Ever since the Marvel Experience was first announced with much marvelous fanfare back in October 2013, it instantly captured the interest of comic book fans and the entire theme park industry alike; billed as a “hyper-reality” attraction that would cast guests in a living role-playing game as SHIELD recruits, the tour promised to offer a new wrinkle in themed entertainment that Disney, the parent company of Marvel Entertainment, could conceivably set out to conquer next.

(Indeed, Hero Ventures, the brand-new company behind the enterprise, was already proudly proclaiming that it had several other IP partners lined up once the Marvel Experience had triumphantly finished its inaugural run – and one can confidently expect that Disney was one of those waiting in line with one of its many other brands.)

Then, however, the Experience actually opened – and the love affair came to a sudden, crashing halt.

After more than a full month of operation (first at Scottsdale, Arizona, and then at Dallas, Texas), reviews have flooded sites such as Yelp and, even, Ticketmaster – where the tickets are exclusively on sale – and been published across several personal blogs and professional outlets, and they haven’t been pretty (although, to be fair, the more recent Yelp reviews from the Dallas location have been significantly better, though it has been questioned how many of these stem from comp tickets [and Marvel Experience employees being directed to pay special attention to “the Yelpers”]).  As Bleeding Cool notes from one of the very first attendees at Scottsdale:

There was an independent agency conducting exit interviews, and after we told them how we felt, they responded [with] “Yeah, pretty much everyone hates it.”

How could something so promising turn out, at least in its debut, so disastrously wrong?  There’s three reasons, actually, and they all align to create a perfect constellation of frustration and disappointment.

1. Rampant technical difficulties

By the time the Marvel Experience’s grand debut in Arizona had kicked off last December, it was already some six months late – but it was still clearly some several weeks before Hero Ventures was ready.

Throughout all of December and most of January, reports constantly trickled in that a number of the individual attractions, ranging from the Spider-Man Rock Climbing Wall to Iron Man’s Mark 47 Flight Training, were either incomplete or outright inoperable.  At certain stretches, the short 3D films were being projected in 2D only, and the RFID-equipped “power bands,” which were designed to track guests’ stats from activity to activity, largely didn’t work and were, thus, dumped – a significant problem when the concluding movie’s 4D experience is solely dependent upon their presence.

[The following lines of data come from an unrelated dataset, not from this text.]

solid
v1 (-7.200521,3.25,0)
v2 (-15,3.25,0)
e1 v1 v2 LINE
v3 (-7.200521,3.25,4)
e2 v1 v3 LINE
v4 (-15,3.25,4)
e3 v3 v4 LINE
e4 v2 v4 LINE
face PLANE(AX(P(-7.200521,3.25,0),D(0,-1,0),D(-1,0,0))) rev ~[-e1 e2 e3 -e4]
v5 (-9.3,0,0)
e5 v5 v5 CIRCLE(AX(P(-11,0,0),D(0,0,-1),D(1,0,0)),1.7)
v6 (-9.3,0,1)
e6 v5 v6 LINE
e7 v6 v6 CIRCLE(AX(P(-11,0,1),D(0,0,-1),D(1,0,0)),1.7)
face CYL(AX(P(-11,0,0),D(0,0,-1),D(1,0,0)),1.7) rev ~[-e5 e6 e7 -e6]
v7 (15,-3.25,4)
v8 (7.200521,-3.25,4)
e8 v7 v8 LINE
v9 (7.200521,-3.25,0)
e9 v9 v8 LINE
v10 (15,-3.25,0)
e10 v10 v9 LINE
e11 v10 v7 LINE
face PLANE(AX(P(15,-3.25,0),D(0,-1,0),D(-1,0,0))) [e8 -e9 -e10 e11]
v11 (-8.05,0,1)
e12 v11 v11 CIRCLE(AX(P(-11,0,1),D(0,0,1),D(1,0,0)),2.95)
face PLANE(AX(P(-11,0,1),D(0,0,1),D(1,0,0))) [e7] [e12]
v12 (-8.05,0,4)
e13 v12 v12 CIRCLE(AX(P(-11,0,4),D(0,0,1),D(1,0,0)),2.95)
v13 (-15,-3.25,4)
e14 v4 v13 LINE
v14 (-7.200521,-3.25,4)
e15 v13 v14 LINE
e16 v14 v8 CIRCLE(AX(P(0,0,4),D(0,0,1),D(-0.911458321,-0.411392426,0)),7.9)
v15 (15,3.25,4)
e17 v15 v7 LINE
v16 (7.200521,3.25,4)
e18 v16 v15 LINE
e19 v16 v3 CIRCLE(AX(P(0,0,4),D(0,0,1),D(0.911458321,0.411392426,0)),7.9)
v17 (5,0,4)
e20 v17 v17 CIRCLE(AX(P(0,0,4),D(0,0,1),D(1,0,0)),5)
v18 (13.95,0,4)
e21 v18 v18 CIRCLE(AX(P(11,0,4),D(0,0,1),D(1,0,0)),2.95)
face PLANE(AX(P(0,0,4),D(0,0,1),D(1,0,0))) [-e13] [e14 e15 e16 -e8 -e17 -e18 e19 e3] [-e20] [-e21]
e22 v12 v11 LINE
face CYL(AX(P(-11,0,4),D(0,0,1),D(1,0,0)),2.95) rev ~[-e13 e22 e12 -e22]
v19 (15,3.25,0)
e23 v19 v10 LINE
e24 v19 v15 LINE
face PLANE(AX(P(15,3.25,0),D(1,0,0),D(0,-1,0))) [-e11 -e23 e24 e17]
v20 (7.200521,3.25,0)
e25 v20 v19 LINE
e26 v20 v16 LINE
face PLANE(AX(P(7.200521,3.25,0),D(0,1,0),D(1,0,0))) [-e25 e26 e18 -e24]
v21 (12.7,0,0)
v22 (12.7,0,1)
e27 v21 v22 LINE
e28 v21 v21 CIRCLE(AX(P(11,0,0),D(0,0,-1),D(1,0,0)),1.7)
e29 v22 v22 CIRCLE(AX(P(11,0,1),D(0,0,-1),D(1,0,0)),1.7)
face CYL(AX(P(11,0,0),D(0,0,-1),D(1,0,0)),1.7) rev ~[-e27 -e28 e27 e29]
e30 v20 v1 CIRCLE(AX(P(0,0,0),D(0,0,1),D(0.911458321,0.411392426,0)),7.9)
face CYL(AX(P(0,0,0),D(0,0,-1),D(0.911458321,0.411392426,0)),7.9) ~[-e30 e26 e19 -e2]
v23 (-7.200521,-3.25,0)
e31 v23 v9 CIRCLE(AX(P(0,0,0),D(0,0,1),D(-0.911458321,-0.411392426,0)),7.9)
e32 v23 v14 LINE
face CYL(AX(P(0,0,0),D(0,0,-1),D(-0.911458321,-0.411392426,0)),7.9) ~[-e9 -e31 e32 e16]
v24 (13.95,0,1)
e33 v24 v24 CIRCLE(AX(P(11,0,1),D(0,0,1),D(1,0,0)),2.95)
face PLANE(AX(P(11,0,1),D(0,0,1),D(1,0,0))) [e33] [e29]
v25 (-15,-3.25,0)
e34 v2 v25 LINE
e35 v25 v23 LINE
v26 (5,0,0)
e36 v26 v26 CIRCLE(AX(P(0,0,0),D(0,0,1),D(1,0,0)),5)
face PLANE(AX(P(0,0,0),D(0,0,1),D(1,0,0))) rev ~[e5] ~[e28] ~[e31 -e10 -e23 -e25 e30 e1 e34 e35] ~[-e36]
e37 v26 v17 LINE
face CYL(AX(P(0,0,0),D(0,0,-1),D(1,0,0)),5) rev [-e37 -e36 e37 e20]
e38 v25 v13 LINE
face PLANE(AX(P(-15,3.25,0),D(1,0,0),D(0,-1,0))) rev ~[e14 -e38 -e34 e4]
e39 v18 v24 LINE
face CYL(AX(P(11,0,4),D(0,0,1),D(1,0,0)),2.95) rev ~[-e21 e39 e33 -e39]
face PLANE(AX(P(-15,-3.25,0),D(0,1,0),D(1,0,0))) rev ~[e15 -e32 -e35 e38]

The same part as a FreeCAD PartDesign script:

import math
import FreeCAD as App
import Part
import Sketcher
from FreeCAD import Vector

doc = App.newDocument("Part")
params = doc.addObject("Spreadsheet::Sheet", "Params")
for row, (alias, value) in enumerate([
    ("sketch1_diameter", "10 mm"),
    ("sketch1_radius", "7.9 mm"),
    ("sketch1_height", "6.5 mm"),
    ("pad1_length", "4 mm"),
    ("sketch2_diameter", "3.4 mm"),
    ("sketch3_diameter", "5.9 mm"),
    ("pocket2_length", "3 mm"),
], start=1):
    params.set(f"A{row}", alias)
    params.set(f"B{row}", "=" + value)
    params.setAlias(f"B{row}", alias)

body = doc.addObject("PartDesign::Body", "Body")

sketch1 = body.newObject("Sketcher::SketchObject", "Sketch")
sketch1.AttachmentSupport = (doc.getObject("XY_Plane"), [""])
sketch1.MapMode = "FlatFace"
sketch1.addGeometry(Part.LineSegment(Vector(-7, 3, 0), Vector(-15, 3, 0)), False)
sketch1.addGeometry(Part.LineSegment(Vector(-15, 3, 0), Vector(-15, -3, 0)), False)
sketch1.addGeometry(Part.LineSegment(Vector(-15, -3, 0), Vector(-7, -3, 0)), False)
sketch1.addGeometry(Part.ArcOfCircle(Part.Circle(Vector(0, 0, 0), Vector(0, 0, 1), 8), math.radians(-156), math.radians(-24)), False)
sketch1.addGeometry(Part.LineSegment(Vector(7, -3, 0), Vector(15, -3, 0)), False)
sketch1.addGeometry(Part.LineSegment(Vector(15, -3, 0), Vector(15, 3, 0)), False)
sketch1.addGeometry(Part.LineSegment(Vector(15, 3, 0), Vector(7, 3, 0)), False)
sketch1.addGeometry(Part.ArcOfCircle(Part.Circle(Vector(0, 0, 0), Vector(0, 0, 1), 8), math.radians(24), math.radians(156)), False)
sketch1.addGeometry(Part.Circle(Vector(0, 0, 0), Vector(0, 0, 1), 5), False)
sketch1.addConstraint(Sketcher.Constraint("Coincident", 0, 2, 1, 1))
sketch1.addConstraint(Sketcher.Constraint("Coincident", 1, 2, 2, 1))
sketch1.addConstraint(Sketcher.Constraint("Coincident", 2, 2, 3, 1))
sketch1.addConstraint(Sketcher.Constraint("Coincident", 3, 2, 4, 1))
sketch1.addConstraint(Sketcher.Constraint("Coincident", 4, 2, 5, 1))
sketch1.addConstraint(Sketcher.Constraint("Coincident", 5, 2, 6, 1))
sketch1.addConstraint(Sketcher.Constraint("Coincident", 6, 2, 7, 1))
sketch1.addConstraint(Sketcher.Constraint("Coincident", 7, 2, 0, 1))
sketch1.addConstraint(Sketcher.Constraint("Horizontal", 0))
sketch1.addConstraint(Sketcher.Constraint("Vertical", 1))
sketch1.addConstraint(Sketcher.Constraint("Horizontal", 2))
sketch1.addConstraint(Sketcher.Constraint("Horizontal", 4))
sketch1.addConstraint(Sketcher.Constraint("Vertical", 5))
sketch1.addConstraint(Sketcher.Constraint("Horizontal", 6))
sketch1.addConstraint(Sketcher.Constraint("Coincident", 3, 3, -1, 1))
sketch1.addConstraint(Sketcher.Constraint("Coincident", 7, 3, -1, 1))
sketch1.addConstraint(Sketcher.Constraint("Coincident", 8, 3, -1, 1))
sketch1.addConstraint(Sketcher.Constraint("Equal", 3, 7))
sketch1.addConstraint(Sketcher.Constraint("Symmetric", 0, 2, 4, 2, -1, 1))
sketch1.addConstraint(Sketcher.Constraint("Horizontal", 2, 2, 3, 2))
sketch1.addConstraint(Sketcher.Constraint("Horizontal", 0, 2, 5, 2))
sketch1.addConstraint(Sketcher.Constraint("Diameter", 8, 10.0))
sketch1.addConstraint(Sketcher.Constraint("Radius", 3, 7.9))
sketch1.addConstraint(Sketcher.Constraint("DistanceY", 1, 2, 1, 1, 6.5))
sketch1.addConstraint(Sketcher.Constraint("DistanceX", 0, 2, -1, 1, 15.0))
sketch1.setExpression("Constraints[21]", "Params.sketch1_diameter")
sketch1.setExpression("Constraints[22]", "Params.sketch1_radius")
sketch1.setExpression("Constraints[23]", "Params.sketch1_height")
pad1 = body.newObject("PartDesign::Pad", "Pad")
pad1.Profile = sketch1
pad1.setExpression("Length", "Params.pad1_length")

sketch2 = body.newObject("Sketcher::SketchObject", "Sketch001")
sketch2.AttachmentSupport = (doc.getObject("XY_Plane"), [""])
sketch2.MapMode = "FlatFace"
sketch2.addGeometry(Part.Circle(Vector(11, 0, 0), Vector(0, 0, 1), 1.7), False)
sketch2.addGeometry(Part.Circle(Vector(-11, 0, 0), Vector(0, 0, 1), 1.7), False)
sketch2.addConstraint(Sketcher.Constraint("Equal", 0, 1))
sketch2.addConstraint(Sketcher.Constraint("Symmetric", 0, 3, 1, 3, -1, 1))
sketch2.addConstraint(Sketcher.Constraint("PointOnObject", 0, 3, -1))
sketch2.addConstraint(Sketcher.Constraint("Diameter", 0, 3.4))
sketch2.addConstraint(Sketcher.Constraint("DistanceX", -1, 1, 0, 3, 11.0))
sketch2.setExpression("Constraints[3]", "Params.sketch2_diameter")
pocket1 = body.newObject("PartDesign::Pocket", "Pocket")
pocket1.Profile = sketch2
pocket1.Type = "ThroughAll"
pocket1.Reversed = True

sketch3 = body.newObject("Sketcher::SketchObject", "Sketch002")
sketch3.AttachmentSupport = (doc.getObject("XY_Plane"), [""])
sketch3.MapMode = "FlatFace"
sketch3.AttachmentOffset = App.Placement(Vector(0, 0, 4), App.Rotation())
sketch3.addGeometry(Part.Circle(Vector(11, 0, 0), Vector(0, 0, 1), 3), False)
sketch3.addGeometry(Part.Circle(Vector(-11, 0, 0), Vector(0, 0, 1), 3), False)
sketch3.addConstraint(Sketcher.Constraint("Equal", 0, 1))
sketch3.addConstraint(Sketcher.Constraint("Symmetric", 0, 3, 1, 3, -1, 1))
sketch3.addConstraint(Sketcher.Constraint("PointOnObject", 0, 3, -1))
sketch3.addConstraint(Sketcher.Constraint("Diameter", 0, 5.9))
sketch3.addConstraint(Sketcher.Constraint("DistanceX", -1, 1, 0, 3, 11.0))
sketch3.setExpression("Constraints[3]", "Params.sketch3_diameter")
pocket2 = body.newObject("PartDesign::Pocket", "Pocket001")
pocket2.Profile = sketch3
pocket2.setExpression("Length", "Params.pocket2_length")

doc.recompute()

And, finally, to rub salt in the nerdy wound, those elements that worked unfailingly were simple “drag and drop” touch-screen games that have been largely described as the most ubiquitous of mobile or tablet software.

Needless to say, such rampant technical difficulties caused extraordinarily long lines, which routinely dragged what was supposed to have been a two-hour experience into a three- or four-hour one.  Indeed, one family estimates that, out of their three-and-a-half-hour visit, only one hour was actually spent engaging with the attractions – and this was at the very end of December, when a lot of the kinks were supposed to have been ironed out.

(It’s easy to see how this is actually an accurate accounting and not sheer hyperbole, as each individual activity – most of which are Xbox Kinect derivatives – has an average length of only two or three minutes.)

The good news on this front is that, for the Marvel Experience’s current Dallas stint – and, presumably, for its two Californian appearances that are scheduled for February and March – all of the technological glitches have been solved, which seems to be the single biggest reason for its markedly improved reviews over the past few weeks.